Há algumas semanas, a Transpetro divulgou um comunicado a seus empregados marítimos sobre a implantação do regime 1×1, com o registro quantitativo de oportunidades de ascensão na carreira. Mais oportuno do que lembrar como o 1×1 foi conquistado – por insistência e por esforço de nossas Entidades Sindicais Marítimas – é fazermos uma reflexão coletiva sobre as vantagens de lutar.
O mundo não foi criado como nós o vemos hoje. Logo no início da próxima década, estaremos comemorando o primeiro centenário do fim do trabalho aos domingos e do abuso no trabalho infantil. As fábricas chegavam a empregar crianças de seis anos de idade em regime de trabalho adulto! As mudanças alcançadas no mundo do trabalho ao longo do século passado, que permitiram aos trabalhadores chegar às condições vivenciadas nos dias atuais, não foram gratuitas, nem deixaram de apresentar riscos. É importante notar que melhoria significativa de vida não se alcança sem enfrentá-los. Não tivéssemos lutado e corrido riscos no passado, estaríamos ainda convivendo com a realidade dos primórdios da civilização.
Enquanto, no Brasil, homens e mulheres do mar gozam de salários de padrão internacional e alto nível de segurança no trabalho, existe pelo mundo uma bem montada indústria do bem-estar para marítimos miseráveis, a tal Seafarers’ Welfare Industry, que conta com a participação da iniciativa privada, de instituições religiosas e até de organizações sindicais. São iniciativas que contribuem para que armadores mantenham-se confortáveis explorando Marítimos nos mares do mundo. Um dos informes publicitários dessa indústria mostra marinheiros em torno de pratos de comida, acompanhados de uma singela caixa de biscoito e um copinho de refresco ou, talvez, água do pique tanque. Emociona até o coração mais duro! Em outra foto, a assinatura indelével dos interessados nessa indústria: um almoço triste e enfadonho, em hotel cinco estrelas, com taças de cristal, onde bondosos senhores são maltratados pela falta do biscoitinho e do refresco.
A realidade factual de Marítimos explorados é aquela que a Armação utiliza nas comparações de custos de tripulações que, constantemente, expõem. São os nossos reais competidores. Tenham em mente que não existe como competir com a fome, com os salários indignos, com os contratos não cumpridos, com a insegurança no trabalho! Esta é a situação de muitos marinheiros ao redor do mundo e até mesmo em navios estrangeiros que operam em nossas águas. Não se equivoquem. Essas organizações não se movimentam para destruir esta Marinha Mercante de fome que não queremos. Não existem para que seja impedida de operar nos portos. Existem para torná-la aceitável, respeitável e possível. De quebra, ainda recebem a admiração de gente que não enxerga dois palmos à frente do nariz. Isto quando não possuem interesse direto nesta exploração.

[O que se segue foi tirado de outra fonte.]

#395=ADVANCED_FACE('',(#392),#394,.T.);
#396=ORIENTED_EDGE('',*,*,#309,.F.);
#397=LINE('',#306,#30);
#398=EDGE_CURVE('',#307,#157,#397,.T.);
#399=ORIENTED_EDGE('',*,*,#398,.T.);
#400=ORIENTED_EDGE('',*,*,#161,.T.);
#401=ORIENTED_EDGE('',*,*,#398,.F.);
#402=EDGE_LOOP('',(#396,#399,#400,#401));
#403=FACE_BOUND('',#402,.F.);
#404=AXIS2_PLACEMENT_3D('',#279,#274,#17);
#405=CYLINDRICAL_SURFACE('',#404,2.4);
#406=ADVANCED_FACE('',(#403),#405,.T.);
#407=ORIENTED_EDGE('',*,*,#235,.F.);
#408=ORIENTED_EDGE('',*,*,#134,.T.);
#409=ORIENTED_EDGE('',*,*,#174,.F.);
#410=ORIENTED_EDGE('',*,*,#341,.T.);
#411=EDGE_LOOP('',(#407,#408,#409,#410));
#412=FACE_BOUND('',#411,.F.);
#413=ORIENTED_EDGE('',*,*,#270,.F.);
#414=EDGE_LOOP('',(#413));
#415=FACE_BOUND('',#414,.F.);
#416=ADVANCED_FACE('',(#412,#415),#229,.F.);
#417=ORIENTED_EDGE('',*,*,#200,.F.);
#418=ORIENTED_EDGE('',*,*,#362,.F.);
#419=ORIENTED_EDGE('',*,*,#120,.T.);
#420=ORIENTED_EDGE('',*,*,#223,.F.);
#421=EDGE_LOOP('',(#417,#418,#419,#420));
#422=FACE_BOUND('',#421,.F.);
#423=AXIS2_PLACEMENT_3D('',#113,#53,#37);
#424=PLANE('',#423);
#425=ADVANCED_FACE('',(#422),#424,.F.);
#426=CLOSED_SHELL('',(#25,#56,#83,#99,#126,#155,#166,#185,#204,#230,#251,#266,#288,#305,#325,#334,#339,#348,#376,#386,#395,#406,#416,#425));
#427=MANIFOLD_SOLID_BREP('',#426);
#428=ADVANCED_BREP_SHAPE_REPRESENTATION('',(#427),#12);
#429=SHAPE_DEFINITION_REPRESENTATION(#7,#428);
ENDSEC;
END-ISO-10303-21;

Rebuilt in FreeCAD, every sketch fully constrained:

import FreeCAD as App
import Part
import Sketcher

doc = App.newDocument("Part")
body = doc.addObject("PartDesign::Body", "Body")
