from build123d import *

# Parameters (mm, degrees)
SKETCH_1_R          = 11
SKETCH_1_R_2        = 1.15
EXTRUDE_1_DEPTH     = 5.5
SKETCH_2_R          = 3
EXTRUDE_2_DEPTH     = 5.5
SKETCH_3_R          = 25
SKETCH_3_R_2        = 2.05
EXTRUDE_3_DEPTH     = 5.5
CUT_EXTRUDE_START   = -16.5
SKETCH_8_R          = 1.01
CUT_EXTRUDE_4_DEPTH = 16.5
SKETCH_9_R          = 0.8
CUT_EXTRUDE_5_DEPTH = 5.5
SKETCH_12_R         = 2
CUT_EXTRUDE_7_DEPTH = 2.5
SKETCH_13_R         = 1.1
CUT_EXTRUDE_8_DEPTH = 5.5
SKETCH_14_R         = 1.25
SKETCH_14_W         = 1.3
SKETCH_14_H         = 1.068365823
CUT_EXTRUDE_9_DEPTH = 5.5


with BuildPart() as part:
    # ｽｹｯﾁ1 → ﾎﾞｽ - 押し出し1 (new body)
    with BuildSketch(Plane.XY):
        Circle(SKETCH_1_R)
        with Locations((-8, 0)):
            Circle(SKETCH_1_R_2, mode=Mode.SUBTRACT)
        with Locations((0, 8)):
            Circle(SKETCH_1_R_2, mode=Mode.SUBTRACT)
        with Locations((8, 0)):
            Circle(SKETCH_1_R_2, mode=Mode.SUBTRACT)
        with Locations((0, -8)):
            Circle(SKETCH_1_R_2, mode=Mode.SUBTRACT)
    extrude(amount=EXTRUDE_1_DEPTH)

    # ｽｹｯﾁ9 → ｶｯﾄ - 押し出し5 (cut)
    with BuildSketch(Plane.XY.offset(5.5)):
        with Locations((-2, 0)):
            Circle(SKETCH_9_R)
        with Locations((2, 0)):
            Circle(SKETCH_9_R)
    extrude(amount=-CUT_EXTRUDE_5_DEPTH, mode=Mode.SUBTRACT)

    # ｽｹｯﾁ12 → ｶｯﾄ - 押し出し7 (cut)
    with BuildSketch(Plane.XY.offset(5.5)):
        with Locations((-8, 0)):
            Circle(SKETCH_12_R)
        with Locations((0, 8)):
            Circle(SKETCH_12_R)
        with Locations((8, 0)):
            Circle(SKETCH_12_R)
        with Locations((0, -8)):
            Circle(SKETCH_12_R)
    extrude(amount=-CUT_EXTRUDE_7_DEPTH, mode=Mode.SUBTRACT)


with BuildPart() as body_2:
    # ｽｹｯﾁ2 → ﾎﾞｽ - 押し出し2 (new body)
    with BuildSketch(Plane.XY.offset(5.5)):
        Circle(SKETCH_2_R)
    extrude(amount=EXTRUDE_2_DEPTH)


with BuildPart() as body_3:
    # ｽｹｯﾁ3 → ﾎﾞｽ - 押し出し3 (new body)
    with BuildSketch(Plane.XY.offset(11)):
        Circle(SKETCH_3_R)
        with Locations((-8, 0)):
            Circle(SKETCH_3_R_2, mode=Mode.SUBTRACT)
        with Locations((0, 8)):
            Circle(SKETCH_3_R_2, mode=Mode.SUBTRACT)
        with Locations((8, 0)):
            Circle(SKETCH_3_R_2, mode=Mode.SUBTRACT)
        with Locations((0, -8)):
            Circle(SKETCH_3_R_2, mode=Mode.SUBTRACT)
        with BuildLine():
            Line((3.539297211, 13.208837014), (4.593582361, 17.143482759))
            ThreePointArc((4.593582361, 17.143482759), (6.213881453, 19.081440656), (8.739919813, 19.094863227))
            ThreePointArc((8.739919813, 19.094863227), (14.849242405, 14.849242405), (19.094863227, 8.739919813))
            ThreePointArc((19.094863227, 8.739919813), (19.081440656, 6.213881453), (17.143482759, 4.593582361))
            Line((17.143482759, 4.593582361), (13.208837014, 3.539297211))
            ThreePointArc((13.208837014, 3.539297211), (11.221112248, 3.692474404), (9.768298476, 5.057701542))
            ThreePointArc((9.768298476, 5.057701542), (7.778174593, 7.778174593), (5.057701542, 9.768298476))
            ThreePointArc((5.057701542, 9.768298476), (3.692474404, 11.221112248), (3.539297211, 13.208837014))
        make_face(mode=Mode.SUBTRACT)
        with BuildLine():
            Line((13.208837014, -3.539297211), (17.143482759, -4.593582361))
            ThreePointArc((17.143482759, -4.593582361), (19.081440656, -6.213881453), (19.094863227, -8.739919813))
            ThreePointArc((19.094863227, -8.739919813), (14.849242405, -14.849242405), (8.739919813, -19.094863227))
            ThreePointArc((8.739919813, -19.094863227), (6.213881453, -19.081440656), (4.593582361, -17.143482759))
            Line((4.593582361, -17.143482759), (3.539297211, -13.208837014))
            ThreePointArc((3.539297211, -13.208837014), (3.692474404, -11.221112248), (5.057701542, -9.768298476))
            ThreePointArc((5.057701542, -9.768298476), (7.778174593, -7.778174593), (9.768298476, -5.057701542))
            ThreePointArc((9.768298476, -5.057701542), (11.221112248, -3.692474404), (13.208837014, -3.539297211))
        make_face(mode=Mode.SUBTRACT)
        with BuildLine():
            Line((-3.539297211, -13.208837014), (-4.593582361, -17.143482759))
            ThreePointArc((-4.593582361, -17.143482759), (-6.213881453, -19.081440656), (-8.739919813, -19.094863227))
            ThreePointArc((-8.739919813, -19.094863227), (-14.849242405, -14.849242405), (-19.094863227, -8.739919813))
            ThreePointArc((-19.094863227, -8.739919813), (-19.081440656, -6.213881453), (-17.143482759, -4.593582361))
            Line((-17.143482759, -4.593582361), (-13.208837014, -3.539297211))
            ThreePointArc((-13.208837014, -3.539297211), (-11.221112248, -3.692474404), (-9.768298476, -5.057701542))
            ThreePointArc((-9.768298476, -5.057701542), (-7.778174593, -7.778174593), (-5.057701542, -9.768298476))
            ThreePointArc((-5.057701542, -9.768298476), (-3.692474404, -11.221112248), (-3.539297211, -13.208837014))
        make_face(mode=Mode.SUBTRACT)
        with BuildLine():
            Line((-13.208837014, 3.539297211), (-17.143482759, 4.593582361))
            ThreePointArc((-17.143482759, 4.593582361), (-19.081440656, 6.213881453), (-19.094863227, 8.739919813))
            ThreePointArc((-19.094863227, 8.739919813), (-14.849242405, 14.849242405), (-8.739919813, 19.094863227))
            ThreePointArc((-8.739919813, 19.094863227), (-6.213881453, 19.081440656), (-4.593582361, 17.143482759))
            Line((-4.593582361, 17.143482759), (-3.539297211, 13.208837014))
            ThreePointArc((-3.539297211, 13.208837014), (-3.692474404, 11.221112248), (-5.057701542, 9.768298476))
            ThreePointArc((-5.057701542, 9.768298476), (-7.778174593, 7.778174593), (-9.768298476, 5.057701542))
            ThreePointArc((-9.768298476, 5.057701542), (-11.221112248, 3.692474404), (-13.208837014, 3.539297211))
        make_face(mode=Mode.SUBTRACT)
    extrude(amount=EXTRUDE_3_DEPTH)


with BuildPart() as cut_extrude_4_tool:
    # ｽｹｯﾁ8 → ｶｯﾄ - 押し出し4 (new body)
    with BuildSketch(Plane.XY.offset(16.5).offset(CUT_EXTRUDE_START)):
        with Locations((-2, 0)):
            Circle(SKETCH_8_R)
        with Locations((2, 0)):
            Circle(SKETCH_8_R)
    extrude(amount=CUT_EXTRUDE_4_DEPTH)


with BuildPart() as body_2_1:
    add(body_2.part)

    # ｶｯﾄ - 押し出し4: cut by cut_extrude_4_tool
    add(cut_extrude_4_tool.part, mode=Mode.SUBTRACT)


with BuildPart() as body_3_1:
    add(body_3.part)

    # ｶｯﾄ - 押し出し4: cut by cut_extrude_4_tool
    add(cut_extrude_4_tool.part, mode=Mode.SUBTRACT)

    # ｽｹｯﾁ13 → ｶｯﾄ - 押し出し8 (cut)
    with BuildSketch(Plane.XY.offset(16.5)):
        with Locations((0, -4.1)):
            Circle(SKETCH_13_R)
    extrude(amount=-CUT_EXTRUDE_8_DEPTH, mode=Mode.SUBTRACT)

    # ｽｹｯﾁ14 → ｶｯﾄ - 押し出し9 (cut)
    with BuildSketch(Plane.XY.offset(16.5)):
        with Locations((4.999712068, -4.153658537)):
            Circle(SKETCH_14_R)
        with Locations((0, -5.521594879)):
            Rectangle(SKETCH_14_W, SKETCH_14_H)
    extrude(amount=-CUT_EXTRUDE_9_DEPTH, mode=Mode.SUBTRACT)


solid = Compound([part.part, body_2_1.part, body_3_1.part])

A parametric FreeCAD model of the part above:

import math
import FreeCAD as App
import Part
import Sketcher
from FreeCAD import Vector
Q = App.Units.Quantity

doc = App.newDocument("Part")
params = doc.addObject("Spreadsheet::Sheet", "Params")
for row, (alias, value) in enumerate([
    ("sketch1_diameter", "22 mm"),
    ("sketch1_diameter2", "2.3 mm"),
    ("pad1_length", "5.5 mm"),
    ("sketch2_diameter", "1.6 mm"),
    ("pocket1_length", "5.5 mm"),
    ("sketch3_diameter", "4 mm"),
    ("pocket2_length", "2.5 mm"),
    ("sketch4_diameter", "6 mm"),
    ("pad2_length", "5.5 mm"),
    ("sketch5_diameter", "50 mm"),
    ("sketch5_radius", "3 mm"),
    ("sketch5_radius2", "21 mm"),
    ("sketch5_radius3", "11 mm"),
    ("sketch5_diameter2", "4.1 mm"),
    ("pad3_length", "5.5 mm"),
    ("sketch6_diameter", "2.02 mm"),
    ("pad4_length", "16.5 mm"),
    ("sketch7_diameter", "2.2 mm"),
    ("pocket3_length", "5.5 mm"),
    ("sketch8_diameter", "2.5 mm"),
    ("sketch8_width", "1.3 mm"),
    ("pocket4_length", "5.5 mm"),
], start=1):
    params.set(f"A{row}", alias)
    params.set(f"B{row}", "=" + value)
    params.setAlias(f"B{row}", alias)

body = doc.addObject("PartDesign::Body", "Body")

# Sketch on XY plane
sketch1 = body.newObject("Sketcher::SketchObject", "Sketch")
sketch1.AttachmentSupport = (doc.getObject("XY_Plane"), [""])
sketch1.MapMode = "FlatFace"
sketch1.addGeometry([
    Part.Circle(Vector(0, 0, 0), Vector(0, 0, 1), 11),  # 0
    Part.Circle(Vector(0, -8, 0), Vector(0, 0, 1), 1.15),  # 1
    Part.Circle(Vector(-8, 0, 0), Vector(0, 0, 1), 1.15),  # 2
    Part.Circle(Vector(8, 0, 0), Vector(0, 0, 1), 1.15),  # 3
    Part.Circle(Vector(0, 8, 0), Vector(0, 0, 1), 1.15),  # 4
], False)
sketch1.addConstraint([
    Sketcher.Constraint("Coincident", 0, 3, -1, 1),
    Sketcher.Constraint("Equal", 1, 2),
    Sketcher.Constraint("Equal", 2, 3),
    Sketcher.Constraint("Equal", 3, 4),
    Sketcher.Constraint("Symmetric", 2, 3, 3, 3, -1, 1),
    Sketcher.Constraint("Symmetric", 1, 3, 4, 3, -1, 1),
    Sketcher.Constraint("PointOnObject", 1, 3, -2),
    Sketcher.Constraint("PointOnObject", 2, 3, -1),
    Sketcher.Constraint("Diameter", 0, 22.0),
    Sketcher.Constraint("Diameter", 1, 2.3),
    Sketcher.Constraint("DistanceY", 1, 3, -1, 1, 8.0),
    Sketcher.Constraint("DistanceX", 2, 3, -1, 1, 8.0),
])
sketch1.setExpression("Constraints[8]", "Params.sketch1_diameter")
sketch1.setExpression("Constraints[9]", "Params.sketch1_diameter2")
pad1 = body.newObject("PartDesign::Pad", "Pad")
pad1.Profile = sketch1
pad1.setExpression("Length", "Params.pad1_length")

# Sketch on XY plane
sketch2 = body.newObject("Sketcher::SketchObject", "Sketch001")
sketch2.AttachmentSupport = (doc.getObject("XY_Plane"), [""])
sketch2.MapMode = "FlatFace"
sketch2.AttachmentOffset = App.Placement(Vector(0, 0, 5.5), App.Rotation())
sketch2.addGeometry([
    Part.Circle(Vector(-2, 0, 0), Vector(0, 0, 1), 0.8),
    Part.Circle(Vector(2, 0, 0), Vector(0, 0, 1), 0.8),
], False)
sketch2.addConstraint([
    Sketcher.Constraint("Equal", 0, 1),
    Sketcher.Constraint("Symmetric", 0, 3, 1, 3, -1, 1),
    Sketcher.Constraint("PointOnObject", 0, 3, -1),
    Sketcher.Constraint("Diameter", 0, 1.6),
    Sketcher.Constraint("DistanceX", 0, 3, -1, 1, 2.0),
])
sketch2.setExpression("Constraints[3]", "Params.sketch2_diameter")
pocket1 = body.newObject("PartDesign::Pocket", "Pocket")
pocket1.Profile = sketch2
pocket1.setExpression("Length", "Params.pocket1_length")

# Sketch on XY plane
sketch3 = body.newObject("Sketcher::SketchObject", "Sketch002")
sketch3.AttachmentSupport = (doc.getObject("XY_Plane"), [""])
sketch3.MapMode = "FlatFace"
sketch3.AttachmentOffset = App.Placement(Vector(0, 0, 5.5), App.Rotation())
sketch3.addGeometry([
    Part.Circle(Vector(-8, 0, 0), Vector(0, 0, 1), 2),
    Part.Circle(Vector(0, 8, 0), Vector(0, 0, 1), 2),
    Part.Circle(Vector(8, 0, 0), Vector(0, 0, 1), 2),
    Part.Circle(Vector(0, -8, 0), Vector(0, 0, 1), 2),
], False)
sketch3.addConstraint([
    Sketcher.Constraint("Equal", 0, 1),
    Sketcher.Constraint("Equal", 1, 2),
    Sketcher.Constraint("Equal", 2, 3),
    Sketcher.Constraint("Symmetric", 0, 3, 2, 3, -1, 1),
    Sketcher.Constraint("Symmetric", 1, 3, 3, 3, -1, 1),
    Sketcher.Constraint("PointOnObject", 0, 3, -1),
    Sketcher.Constraint("PointOnObject", 1, 3, -2),
    Sketcher.Constraint("Diameter", 0, 4.0),
    Sketcher.Constraint("DistanceX", 0, 3, -1, 1, 8.0),
    Sketcher.Constraint("DistanceY", -1, 1, 1, 3, 8.0),
])
sketch3.setExpression("Constraints[7]", "Params.sketch3_diameter")
pocket2 = body.newObject("PartDesign::Pocket", "Pocket001")
pocket2.Profile = sketch3
pocket2.setExpression("Length", "Params.pocket2_length")
body2 = doc.addObject("PartDesign::Body", "Body001")

# Sketch on XY plane
sketch4 = body2.newObject("Sketcher::SketchObject", "Sketch003")
sketch4.AttachmentSupport = (doc.getObject("XY_Plane001"), [""])
sketch4.MapMode = "FlatFace"
sketch4.AttachmentOffset = App.Placement(Vector(0, 0, 5.5), App.Rotation())
sketch4.addGeometry(Part.Circle(Vector(0, 0, 0), Vector(0, 0, 1), 3), False)
sketch4.addConstraint([
    Sketcher.Constraint("Coincident", 0, 3, -1, 1),
    Sketcher.Constraint("Diameter", 0, 6.0),
])
sketch4.setExpression("Constraints[1]", "Params.sketch4_diameter")
pad2 = body2.newObject("PartDesign::Pad", "Pad001")
pad2.Profile = sketch4
pad2.setExpression("Length", "Params.pad2_length")
body3 = doc.addObject("PartDesign::Body", "Body002")

# Sketch on XY plane
sketch5 = body3.newObject("Sketcher::SketchObject", "Sketch004")
sketch5.AttachmentSupport = (doc.getObject("XY_Plane002"), [""])
sketch5.MapMode = "FlatFace"
sketch5.AttachmentOffset = App.Placement(Vector(0, 0, 11), App.Rotation())
sketch5.addGeometry([
    Part.Circle(Vector(0, 0, 0), Vector(0, 0, 1), 25),  # 0
    Part.ArcOfCircle(Part.Circle(Vector(-6.437075, -12.43238, 0), Vector(0, 0, 1), 3), math.radians(-15), math.radians(62.626375)),  # 1
    Part.LineSegment(Vector(-3.539297, -13.208837, 0), Vector(-4.593582, -17.143483, 0)),  # 2
    Part.ArcOfCircle(Part.Circle(Vector(-7.49136, -16.367026, 0), Vector(0, 0, 1), 3), math.radians(-114.594068), math.radians(-15)),  # 3
    Part.ArcOfCircle(Part.Circle(Vector(0, 0, 0), Vector(0, 0, 1), 21), math.radians(-155.405932), math.radians(-114.594068)),  # 4
    Part.ArcOfCircle(Part.Circle(Vector(-16.367026, -7.49136, 0), Vector(0, 0, 1), 3), math.radians(105), math.radians(204.594068)),  # 5
    Part.LineSegment(Vector(-17.143483, -4.593582, 0), Vector(-13.208837, -3.539297, 0)),  # 6
    Part.ArcOfCircle(Part.Circle(Vector(-12.43238, -6.437075, 0), Vector(0, 0, 1), 3), math.radians(27.373625), math.radians(105)),  # 7
    Part.ArcOfCircle(Part.Circle(Vector(0, 0, 0), Vector(0, 0, 1), 11), math.radians(-152.626375), math.radians(-117.373625)),  # 8
    Part.Circle(Vector(-8, 0, 0), Vector(0, 0, 1), 2.05),  # 9
    Part.ArcOfCircle(Part.Circle(Vector(12.43238, -6.437075, 0), Vector(0, 0, 1), 3), math.radians(75), math.radians(152.626375)),  # 10
    Part.LineSegment(Vector(13.208837, -3.539297, 0), Vector(17.143483, -4.593582, 0)),  # 11
    Part.ArcOfCircle(Part.Circle(Vector(16.367026, -7.49136, 0), Vector(0, 0, 1), 3), math.radians(-24.594068), math.radians(75)),  # 12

Acredito não ser necessário tecer maiores comentários sobre tal política de aceitar e até incentivar uma Marinha Mercante de miseráveis. Quem quiser contribuir para fixar a mendicância em nosso meio, que prepare seus donativos. Nós não queremos. O fato é que a Marinha Mercante de profissionais bem pagos, que não precisam de caridade, nunca é objeto de destaque e de valorização pela chamada indústria marítima. Nosso pessoal a bordo precisa ter percepção destes aspectos acima. Poucos possuem. E olhem que estou sendo otimista.
Três décadas atrás, quando mobilizamos toda a categoria dos Marítimos em uma greve histórica, éramos nós, brasileiros, os conhecidos nos portos mundo afora como os miseráveis. Viajávamos sem dinheiro porque deixávamos o pouco que ganhávamos com as nossas famílias. Viramos o jogo e nossa luta nos trouxe até o patamar em que nos encontramos. Devemos continuar fazendo a nossa parte!

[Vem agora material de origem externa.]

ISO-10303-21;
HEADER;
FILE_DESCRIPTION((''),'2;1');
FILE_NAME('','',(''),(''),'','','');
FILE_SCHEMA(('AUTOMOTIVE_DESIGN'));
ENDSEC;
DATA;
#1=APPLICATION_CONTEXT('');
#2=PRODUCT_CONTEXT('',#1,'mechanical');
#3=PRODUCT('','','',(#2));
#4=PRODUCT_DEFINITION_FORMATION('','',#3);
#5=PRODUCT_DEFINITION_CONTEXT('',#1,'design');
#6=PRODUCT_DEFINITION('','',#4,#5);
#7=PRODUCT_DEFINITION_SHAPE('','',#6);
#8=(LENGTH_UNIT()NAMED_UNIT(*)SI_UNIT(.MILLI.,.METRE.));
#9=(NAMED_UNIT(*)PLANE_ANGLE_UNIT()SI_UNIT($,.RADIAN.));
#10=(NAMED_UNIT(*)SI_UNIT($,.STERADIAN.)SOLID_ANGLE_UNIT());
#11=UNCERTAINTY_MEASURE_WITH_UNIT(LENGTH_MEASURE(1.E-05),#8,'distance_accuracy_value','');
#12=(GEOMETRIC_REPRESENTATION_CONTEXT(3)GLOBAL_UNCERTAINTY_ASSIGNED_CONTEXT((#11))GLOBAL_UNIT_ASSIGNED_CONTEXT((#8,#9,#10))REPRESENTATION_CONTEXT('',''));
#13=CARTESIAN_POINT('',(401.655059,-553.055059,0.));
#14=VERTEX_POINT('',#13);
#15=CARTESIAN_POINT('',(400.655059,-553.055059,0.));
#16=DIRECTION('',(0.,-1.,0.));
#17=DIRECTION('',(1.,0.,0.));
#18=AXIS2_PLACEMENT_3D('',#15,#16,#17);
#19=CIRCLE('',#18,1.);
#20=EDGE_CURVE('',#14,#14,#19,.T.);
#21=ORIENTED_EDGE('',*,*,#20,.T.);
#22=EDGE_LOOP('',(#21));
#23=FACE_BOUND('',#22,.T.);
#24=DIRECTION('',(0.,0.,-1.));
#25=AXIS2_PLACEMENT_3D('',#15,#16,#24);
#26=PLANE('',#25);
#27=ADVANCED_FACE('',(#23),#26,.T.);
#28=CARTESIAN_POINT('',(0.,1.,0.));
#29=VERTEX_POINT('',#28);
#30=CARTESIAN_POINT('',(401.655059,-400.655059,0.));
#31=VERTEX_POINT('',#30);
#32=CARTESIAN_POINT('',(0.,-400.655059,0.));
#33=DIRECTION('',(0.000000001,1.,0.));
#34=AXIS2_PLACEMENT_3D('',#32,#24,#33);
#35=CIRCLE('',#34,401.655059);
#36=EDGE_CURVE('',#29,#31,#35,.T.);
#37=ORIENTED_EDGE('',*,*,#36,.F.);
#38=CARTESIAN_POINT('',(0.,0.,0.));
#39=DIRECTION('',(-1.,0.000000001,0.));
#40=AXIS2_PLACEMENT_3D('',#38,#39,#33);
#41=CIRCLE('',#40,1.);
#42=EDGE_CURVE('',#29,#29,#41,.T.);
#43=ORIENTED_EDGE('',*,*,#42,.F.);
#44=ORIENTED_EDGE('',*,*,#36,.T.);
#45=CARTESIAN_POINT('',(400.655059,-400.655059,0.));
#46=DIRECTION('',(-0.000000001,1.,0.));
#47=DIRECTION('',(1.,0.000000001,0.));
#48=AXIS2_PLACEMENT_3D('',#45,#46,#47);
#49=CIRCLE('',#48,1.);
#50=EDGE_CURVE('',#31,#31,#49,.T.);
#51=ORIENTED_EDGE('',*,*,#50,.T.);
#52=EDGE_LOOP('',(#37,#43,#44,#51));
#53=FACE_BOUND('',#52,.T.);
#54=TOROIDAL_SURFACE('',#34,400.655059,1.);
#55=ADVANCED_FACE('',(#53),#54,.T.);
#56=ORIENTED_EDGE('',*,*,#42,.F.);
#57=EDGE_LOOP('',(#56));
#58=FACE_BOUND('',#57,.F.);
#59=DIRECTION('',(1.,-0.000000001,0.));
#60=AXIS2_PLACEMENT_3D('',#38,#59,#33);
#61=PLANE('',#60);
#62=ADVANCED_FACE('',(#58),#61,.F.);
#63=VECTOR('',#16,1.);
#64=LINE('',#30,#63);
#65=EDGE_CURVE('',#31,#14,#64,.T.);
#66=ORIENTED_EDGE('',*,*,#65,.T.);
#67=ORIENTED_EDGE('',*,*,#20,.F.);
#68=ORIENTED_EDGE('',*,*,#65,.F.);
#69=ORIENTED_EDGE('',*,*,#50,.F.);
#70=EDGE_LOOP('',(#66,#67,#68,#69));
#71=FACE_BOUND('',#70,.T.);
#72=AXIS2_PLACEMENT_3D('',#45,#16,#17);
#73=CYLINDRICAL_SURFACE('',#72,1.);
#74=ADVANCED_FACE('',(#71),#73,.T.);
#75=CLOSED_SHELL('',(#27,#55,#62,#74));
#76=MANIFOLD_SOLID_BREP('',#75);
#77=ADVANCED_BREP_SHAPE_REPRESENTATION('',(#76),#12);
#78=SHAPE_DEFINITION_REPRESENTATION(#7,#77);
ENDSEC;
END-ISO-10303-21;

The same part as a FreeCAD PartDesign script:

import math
import FreeCAD as App
import Part
import Sketcher
from FreeCAD import Vector

doc = App.newDocument("Part")
body = doc.addObject("PartDesign::Body", "Body")

sketch1 = doc.addObject("Sketcher::SketchObject", "Sketch")
body.addObject(sketch1)
sketch1.AttachmentSupport = (doc.YZ_Plane, [""])
sketch1.MapMode = "FlatFace"
sketch1.addGeometry(Part.Circle(Vector(0, 0, 0), Vector(0, 0, 1), 1), False)
sketch1.addConstraint(Sketcher.Constraint("Coincident", 0, 3, -1, 1))
sketch1.addConstraint(Sketcher.Constraint("Diameter", 0, 2.0))

sketch2 = doc.addObject("Sketcher::SketchObject", "Sketch001")
body.addObject(sketch2)
sketch2.AttachmentSupport = (doc.XY_Plane, [""])
sketch2.MapMode = "FlatFace"
sketch2.addGeometry(Part.ArcOfCircle(Part.Circle(Vector(0, -401, 0), Vector(0, 0, 1), 401), math.radians(0), math.radians(90)), False)
sketch2.addGeometry(Part.LineSegment(Vector(401, -401, 0), Vector(401, -553, 0)), False)
sketch2.addConstraint(Sketcher.Constraint("Tangent", 0, 1, 1, 1))
sketch2.addConstraint(Sketcher.Constraint("Vertical", 1))
sketch2.addConstraint(Sketcher.Constraint("Coincident", 0, 2, -1, 1))
sketch2.addConstraint(Sketcher.Constraint("PointOnObject", 0, 3, -2))
sketch2.addConstraint(Sketcher.Constraint("DistanceY", 1, 2, 1, 1, 152.4))
sketch2.addConstraint(Sketcher.Constraint("Radius", 0, 400.655059))
doc.recompute()

additivepipe = doc.addObject("PartDesign::AdditivePipe", "AdditivePipe")
body.addObject(additivepipe)
additivepipe.Profile = sketch1
additivepipe.Spine = (sketch2, ["Edge1", "Edge2"])

doc.recompute()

Se em nosso país não precisamos das benesses ofertadas aos arítimos miseráveis dos países de baixo custo, isso se deve a uma estrutura sindical que trabalha incansavelmente pela melhoria das relações de trabalho de quem representa. Aqueles que, matreiramente, esperam que apenas os outros contribuam para sua vida melhorar devem envergonhar-se por agir assim. Um dia poderão estar convivendo exclusivamente com gente de mesmo nível e lamentarão ser o que são. Pode até já ser tarde.
Aproveitamos o momento de início de ano para desejar que 2018 seja abundante em oportunidades que resultem em conquistas coletivas obtidas com unidade e com luta!